Мальчонка же от неожиданности вскрикнул и отпустил мою шею, а заодно и остальное моё тело. Запрыгал между столов, брызгая алой кровью - хорошо я его зацепил. Матерится. Ну а я, не будь дурак, юркнул в ближайшую щель.
Пока мальчонка искал зелёнку и накладывал пластырь, я успел отдышаться. Не свобода конечно, но это был шанс. Микроскопический и проблематичный, только другого не предвиделось. Им следовало воспользоваться. Цыплёнок-бройлер против целой науки. Началась охота. Мальчонка явно не был искушён в ловле беглых бройлеров, я же имел со времён птицефабрики кое-какой опыт.
Охотник применял тривиальную и известную уже мне швабру. Слабо. Он так по мне ни разу и не попал, зато расколошматил пару ценных приборов. Мелочь, а какой-никакой ущерб врагу. Всё дальше отодвигается Нобелевская премия, творимая на крови.
Зрители в клетках болеют, как на олимпиаде, мне сочувствуют. Собаченции в лае заходятся, на потолке тесной клетки шимпанз ухает, подбадривает. Даже крысы белые с мышами на лапки задние встали, таращатся, как гордый несгибаемый ещё не петух. Но уже не цыплёнок со страшным врагом бьётся. Ловко пока получается. От ударов раздражённого учёного уворачиваюсь, ущерб приборному парку всё увеличивается.
И тут гордыня меня обуяла-подвела. От активной беготни пищеварение у меня интенсифицировалось, кровь в мозжечок прилила. Вскочил я на приборную стойку и от всей души и кормленого организма нагадил в загадочно мерцавшую электричеством щель на корпусе.

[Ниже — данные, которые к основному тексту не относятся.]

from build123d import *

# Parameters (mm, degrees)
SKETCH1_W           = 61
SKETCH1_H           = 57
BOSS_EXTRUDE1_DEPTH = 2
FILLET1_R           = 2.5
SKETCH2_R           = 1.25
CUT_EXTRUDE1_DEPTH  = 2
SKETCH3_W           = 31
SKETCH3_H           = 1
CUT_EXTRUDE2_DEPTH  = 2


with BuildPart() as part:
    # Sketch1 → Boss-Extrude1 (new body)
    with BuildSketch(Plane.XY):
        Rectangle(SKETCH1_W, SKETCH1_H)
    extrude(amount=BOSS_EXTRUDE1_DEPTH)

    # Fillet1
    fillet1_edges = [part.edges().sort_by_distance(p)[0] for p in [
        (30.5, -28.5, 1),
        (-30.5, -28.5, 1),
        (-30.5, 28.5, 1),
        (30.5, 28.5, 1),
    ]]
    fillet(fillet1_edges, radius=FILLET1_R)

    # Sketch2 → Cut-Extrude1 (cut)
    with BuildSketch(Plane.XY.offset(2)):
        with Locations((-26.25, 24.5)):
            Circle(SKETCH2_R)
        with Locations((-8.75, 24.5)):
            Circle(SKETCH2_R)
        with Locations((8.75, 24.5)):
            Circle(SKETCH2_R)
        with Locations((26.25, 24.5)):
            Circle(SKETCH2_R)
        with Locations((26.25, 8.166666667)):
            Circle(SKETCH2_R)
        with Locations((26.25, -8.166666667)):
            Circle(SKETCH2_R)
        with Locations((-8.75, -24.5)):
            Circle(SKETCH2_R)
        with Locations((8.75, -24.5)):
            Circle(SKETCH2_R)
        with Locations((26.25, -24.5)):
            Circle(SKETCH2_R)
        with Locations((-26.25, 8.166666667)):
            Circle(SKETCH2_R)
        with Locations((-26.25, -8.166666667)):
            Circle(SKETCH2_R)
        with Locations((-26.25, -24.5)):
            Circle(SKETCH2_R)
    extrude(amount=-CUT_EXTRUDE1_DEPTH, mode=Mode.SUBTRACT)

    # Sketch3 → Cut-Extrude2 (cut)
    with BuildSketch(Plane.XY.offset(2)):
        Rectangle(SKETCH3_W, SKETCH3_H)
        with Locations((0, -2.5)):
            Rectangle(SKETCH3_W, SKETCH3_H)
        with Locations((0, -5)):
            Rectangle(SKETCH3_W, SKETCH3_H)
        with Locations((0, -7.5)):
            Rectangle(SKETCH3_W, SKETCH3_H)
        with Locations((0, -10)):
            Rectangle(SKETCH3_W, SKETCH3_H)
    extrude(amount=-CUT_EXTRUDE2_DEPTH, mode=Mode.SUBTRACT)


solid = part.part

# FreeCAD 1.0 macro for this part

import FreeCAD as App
import Part
import Sketcher
from FreeCAD import Vector


def edges_at(feature, points):
    """Names of the edges that pass closest to the given points."""
    edges = feature.Shape.Edges
    near = lambda p: min(range(len(edges)), key=lambda i: edges[i].distToShape(Part.Vertex(*p))[0])
    return sorted({f"Edge{near(p) + 1}" for p in points})


def add_polygon(sketch, points):
    """Adds a closed chain of lines whose ends are joined by coincident constraints."""
    first, n = sketch.GeometryCount, len(points)
    for a, b in zip(points, points[1:] + points[:1]):
        sketch.addGeometry(Part.LineSegment(App.Vector(*a, 0), App.Vector(*b, 0)), False)
    for i in range(n):
        sketch.addConstraint(Sketcher.Constraint("Coincident", first + i, 2, first + (i + 1) % n, 1))

doc = App.newDocument("Part")
params = doc.addObject("Spreadsheet::Sheet", "Params")
for row, (alias, value) in enumerate([
    ("sketch1_width", "61 mm"),
    ("sketch1_height", "57 mm"),
    ("pad1_length", "2 mm"),
    ("fillet_radius", "2.5 mm"),
    ("sketch2_diameter", "2.5 mm"),
    ("pocket1_length", "2 mm"),
    ("sketch3_width", "31 mm"),
    ("sketch3_height", "1 mm"),
    ("pocket2_length", "2 mm"),
], start=1):
    params.set(f"A{row}", alias)
    params.set(f"B{row}", "=" + value)
    params.setAlias(f"B{row}", alias)

body = doc.addObject("PartDesign::Body", "Body")

sketch1 = body.newObject("Sketcher::SketchObject", "Sketch")
sketch1.AttachmentSupport = (doc.getObject("XY_Plane"), [""])
sketch1.MapMode = "FlatFace"
add_polygon(sketch1, [(-30.5, 28.5), (-30.5, -28.5), (30.5, -28.5), (30.5, 28.5)])
sketch1.addConstraint([
    Sketcher.Constraint("Vertical", 0),
    Sketcher.Constraint("Horizontal", 1),
    Sketcher.Constraint("Vertical", 2),
    Sketcher.Constraint("Horizontal", 3),
    Sketcher.Constraint("Symmetric", 0, 2, 2, 2, -1, 1),
    Sketcher.Constraint("DistanceX", 1, 1, 1, 2, 61.0),
    Sketcher.Constraint("DistanceY", 0, 2, 0, 1, 57.0),
])
sketch1.setExpression("Constraints[9]", "Params.sketch1_width")
sketch1.setExpression("Constraints[10]", "Params.sketch1_height")
pad1 = body.newObject("PartDesign::Pad", "Pad")
pad1.Profile = sketch1
pad1.setExpression("Length", "Params.pad1_length")
doc.recompute()

fillet = body.newObject("PartDesign::Fillet", "Fillet")
fillet.Base = (pad1, edges_at(pad1, [
    (30.5, -28.5, 1),
    (-30.5, -28.5, 1),
    (-30.5, 28.5, 1),
    (30.5, 28.5, 1),
]))
fillet.setExpression("Radius", "Params.fillet_radius")

sketch2 = body.newObject("Sketcher::SketchObject", "Sketch001")
sketch2.AttachmentSupport = (doc.getObject("XY_Plane"), [""])
sketch2.MapMode = "FlatFace"
sketch2.AttachmentOffset = App.Placement(Vector(0, 0, 2), App.Rotation())
sketch2.addGeometry([
    Part.Circle(Vector(-26.25, 24.5, 0), Vector(0, 0, 1), 1.25),
    Part.Circle(Vector(-8.75, 24.5, 0), Vector(0, 0, 1), 1.25),
    Part.Circle(Vector(8.75, 24.5, 0), Vector(0, 0, 1), 1.25),
    Part.Circle(Vector(26.25, 24.5, 0), Vector(0, 0, 1), 1.25),
    Part.Circle(Vector(26.25, 8.166667, 0), Vector(0, 0, 1), 1.25),
    Part.Circle(Vector(26.25, -8.166667, 0), Vector(0, 0, 1), 1.25),
    Part.Circle(Vector(-8.75, -24.5, 0), Vector(0, 0, 1), 1.25),
    Part.Circle(Vector(8.75, -24.5, 0), Vector(0, 0, 1), 1.25),
    Part.Circle(Vector(26.25, -24.5, 0), Vector(0, 0, 1), 1.25),
    Part.Circle(Vector(-26.25, 8.166667, 0), Vector(0, 0, 1), 1.25),
    Part.Circle(Vector(-26.25, -8.166667, 0), Vector(0, 0, 1), 1.25),
    Part.Circle(Vector(-26.25, -24.5, 0), Vector(0, 0, 1), 1.25),
], False)
sketch2.addConstraint([
    Sketcher.Constraint("Equal", 0, 1),
    Sketcher.Constraint("Equal", 1, 2),
    Sketcher.Constraint("Equal", 2, 3),
    Sketcher.Constraint("Equal", 3, 4),
    Sketcher.Constraint("Equal", 4, 5),
    Sketcher.Constraint("Equal", 5, 6),
    Sketcher.Constraint("Equal", 6, 7),
    Sketcher.Constraint("Equal", 7, 8),
    Sketcher.Constraint("Equal", 8, 9),
    Sketcher.Constraint("Equal", 9, 10),
    Sketcher.Constraint("Equal", 10, 11),
    Sketcher.Constraint("Symmetric", 2, 3, 6, 3, -1, 1),
    Sketcher.Constraint("Symmetric", 1, 3, 7, 3, -1, 1),
    Sketcher.Constraint("Symmetric", 0, 3, 8, 3, -1, 1),
    Sketcher.Constraint("Symmetric", 5, 3, 9, 3, -1, 1),
    Sketcher.Constraint("Symmetric", 4, 3, 10, 3, -1, 1),
    Sketcher.Constraint("Symmetric", 3, 3, 11, 3, -1, 1),
    Sketcher.Constraint("Symmetric", 1, 3, 2, 3, -2),
    Sketcher.Constraint("Symmetric", 0, 3, 3, 3, -2),
    Sketcher.Constraint("Symmetric", 4, 3, 9, 3, -2),
    Sketcher.Constraint("Horizontal", 0, 3, 1, 3),
    Sketcher.Constraint("Vertical", 3, 3, 4, 3),
    Sketcher.Constraint("Diameter", 0, 2.5),
    Sketcher.Constraint("DistanceX", 0, 3, 2, 3, 35.0),
    Sketcher.Constraint("DistanceY", 6, 3, 1, 3, 49.0),
    Sketcher.Constraint("DistanceX", 0, 3, 1, 3, 17.5),
    Sketcher.Constraint("DistanceY", -1, 1, 4, 3, 8.166667),
])
sketch2.setExpression("Constraints[22]", "Params.sketch2_diameter")
pocket1 = body.newObject("PartDesign::Pocket", "Pocket")
pocket1.Profile = sketch2
pocket1.setExpression("Length", "Params.pocket1_length")

sketch3 = body.newObject("Sketcher::SketchObject", "Sketch002")
sketch3.AttachmentSupport = (doc.getObject("XY_Plane"), [""])
sketch3.MapMode = "FlatFace"
sketch3.AttachmentOffset = App.Placement(Vector(0, 0, 2), App.Rotation())
add_polygon(sketch3, [(-15.5, 0.5), (-15.5, -0.5), (15.5, -0.5), (15.5, 0.5)])
add_polygon(sketch3, [(-15.5, -2), (-15.5, -3), (15.5, -3), (15.5, -2)])
add_polygon(sketch3, [(-15.5, -4.5), (-15.5, -5.5), (15.5, -5.5), (15.5, -4.5)])
add_polygon(sketch3, [(-15.5, -7), (-15.5, -8), (15.5, -8), (15.5, -7)])
add_polygon(sketch3, [(-15.5, -9.5), (-15.5, -10.5), (15.5, -10.5), (15.5, -9.5)])
sketch3.addConstraint([
    Sketcher.Constraint("Vertical", 0),
    Sketcher.Constraint("Horizontal", 1),
    Sketcher.Constraint("Vertical", 2),
    Sketcher.Constraint("Horizontal", 3),
    Sketcher.Constraint("Vertical", 4),
    Sketcher.Constraint("Horizontal", 5),
    Sketcher.Constraint("Vertical", 6),
    Sketcher.Constraint("Horizontal", 7),
    Sketcher.Constraint("Vertical", 8),
    Sketcher.Constraint("Horizontal", 9),
    Sketcher.Constraint("Vertical", 10),
    Sketcher.Constraint("Horizontal", 11),
    Sketcher.Constraint("Vertical", 12),
    Sketcher.Constraint("Horizontal", 13),
    Sketcher.Constraint("Vertical", 14),
    Sketcher.Constraint("Horizontal", 15),
    Sketcher.Constraint("Vertical", 16),
    Sketcher.Constraint("Horizontal", 17),
    Sketcher.Constraint("Vertical", 18),
    Sketcher.Constraint("Horizontal", 19),
    Sketcher.Constraint("Symmetric", 0, 2, 2, 2, -1, 1),
    Sketcher.Constraint("Vertical", 3, 2, 4, 2),
    Sketcher.Constraint("Vertical", 2, 2, 5, 2),
    Sketcher.Constraint("Vertical", 7, 2, 8, 2),
    Sketcher.Constraint("Vertical", 6, 2, 9, 2),
    Sketcher.Constraint("Vertical", 11, 2, 12, 2),
    Sketcher.Constraint("Vertical", 10, 2, 13, 2),
    Sketcher.Constraint("Vertical", 15, 2, 16, 2),
    Sketcher.Constraint("Vertical", 14, 2, 17, 2),
    Sketcher.Constraint("Equal", 2, 4),
    Sketcher.Constraint("Equal", 6, 8),
    Sketcher.Constraint("Equal", 10, 12),
    Sketcher.Constraint("Equal", 14, 16),
    Sketcher.Constraint("DistanceX", 1, 1, 1, 2, 31.0),
    Sketcher.Constraint("DistanceY", 0, 2, 0, 1, 1.0),
    Sketcher.Constraint("DistanceY", 4, 2, -1, 1, 3.0),
    Sketcher.Constraint("DistanceY", 12, 2, -1, 1, 8.0),
    Sketcher.Constraint("DistanceY", 8, 2, 0, 2, 5.0),
    Sketcher.Constraint("DistanceY", 16, 2, 8, 2, 5.0),
])
sketch3.setExpression("Constraints[53]", "Params.sketch3_width")
sketch3.setExpression("Constraints[54]", "Params.sketch3_height")
pocket2 = body.newObject("PartDesign::Pocket", "Pocket001")
pocket2.Profile = sketch3
pocket2.setExpression("Length", "Params.pocket2_length")

doc.recompute()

Конечно, полыхнуло. Да ещё как. Приборная стойка само собой дала дуба. Аллах с ней, со стойкой, они их все потом заменят, а вот мне так прижгло задницу, что я даже летать разучился. Тут меня мальчонка и взял. Взял, можно сказать, голыми руками. И тут же без задержки поволок на стенд. Боялся стервец, что опять клюну. А на меня от электрического взрыва шок напал. С бройлерами такое бывает.
Мальчонка трясущимися от злобы руками пристёгивает меня к стенду, а я затаился, поджидаю момент. Он расслабился, бдительность потерял, грозит что-то такое не внятное, думает я у него весь целиком в руках. За шею держит, крепко так, чуть не душит, ногу мою правую отпустил, за ремешком потянулся. Тут я его и лягнул.
Это конечно громко сказано, что лягнул. Но его рожа бандитская прямо напротив моей ноги оказалась. Так и прошёлся я по ней точёными когтями, чуть глаз супостату не выдрал. Мальчонка от неожиданности в сторону шарахнулся, за щёку схватился. Сослепу что-то там зацепил или уронил. И тут как шарахнет.
Синяя молния через меня прошла, тело дёрнулось и повисло на единственном закреплённом ремешке. Всё вокруг заволокло едким дымом.
"Так умирают, но не сдаются настоящие бройлеры", - последняя мысль, что посетила мою изящную ещё недавно головку с чудесным розовым гребешком.
5.
Вы даже себе не представляете, насколько это сладостно вновь стать человеком. И неважно каким - плохим или хорошим, низким или высоким, старым или молодым. После бройлера я готов был принять даже женское тело, лишь бы все руки-ноги на месте были. И рот с зубами.
Я был человеком мужского пола и лежал под столом. Валялся. В сознании и не очень твёрдой памяти. Из-под стола виднелся стенд с телом цыплёнка, осыпаемый искрами. По тушке, в которой ещё совсем недавно пребывал я, пробегали судороги, осыпалось палёное перо. Это был явный не жилец.
В моём новом теле тоже не всё было в порядке, но я верил, что это уже мелочи. Чешуя и ботва. Ну и что с того, что я в теле мальчонки-ботаника. Главное - побег состоялся. Не так, как планировалось или мечталось, но так даже лучше. Вот теперь уж я отведаю всех радостей человеческого бытия не опасаясь попасть в цех забоя. И первым делом разыщу цыпочку-лаборантку, от которой тот болван отказался.
А наука. А ну её к бесу эту науку и сельское хозяйство заодно. Переквалифицируюсь в водители. В дальнобойщики. Там романтика.
P.S. Надо не забыть найти того самого интерна, что якобы аппендикс мне удалял. И разобраться с ним по- нашему, по-дальнобойщицки.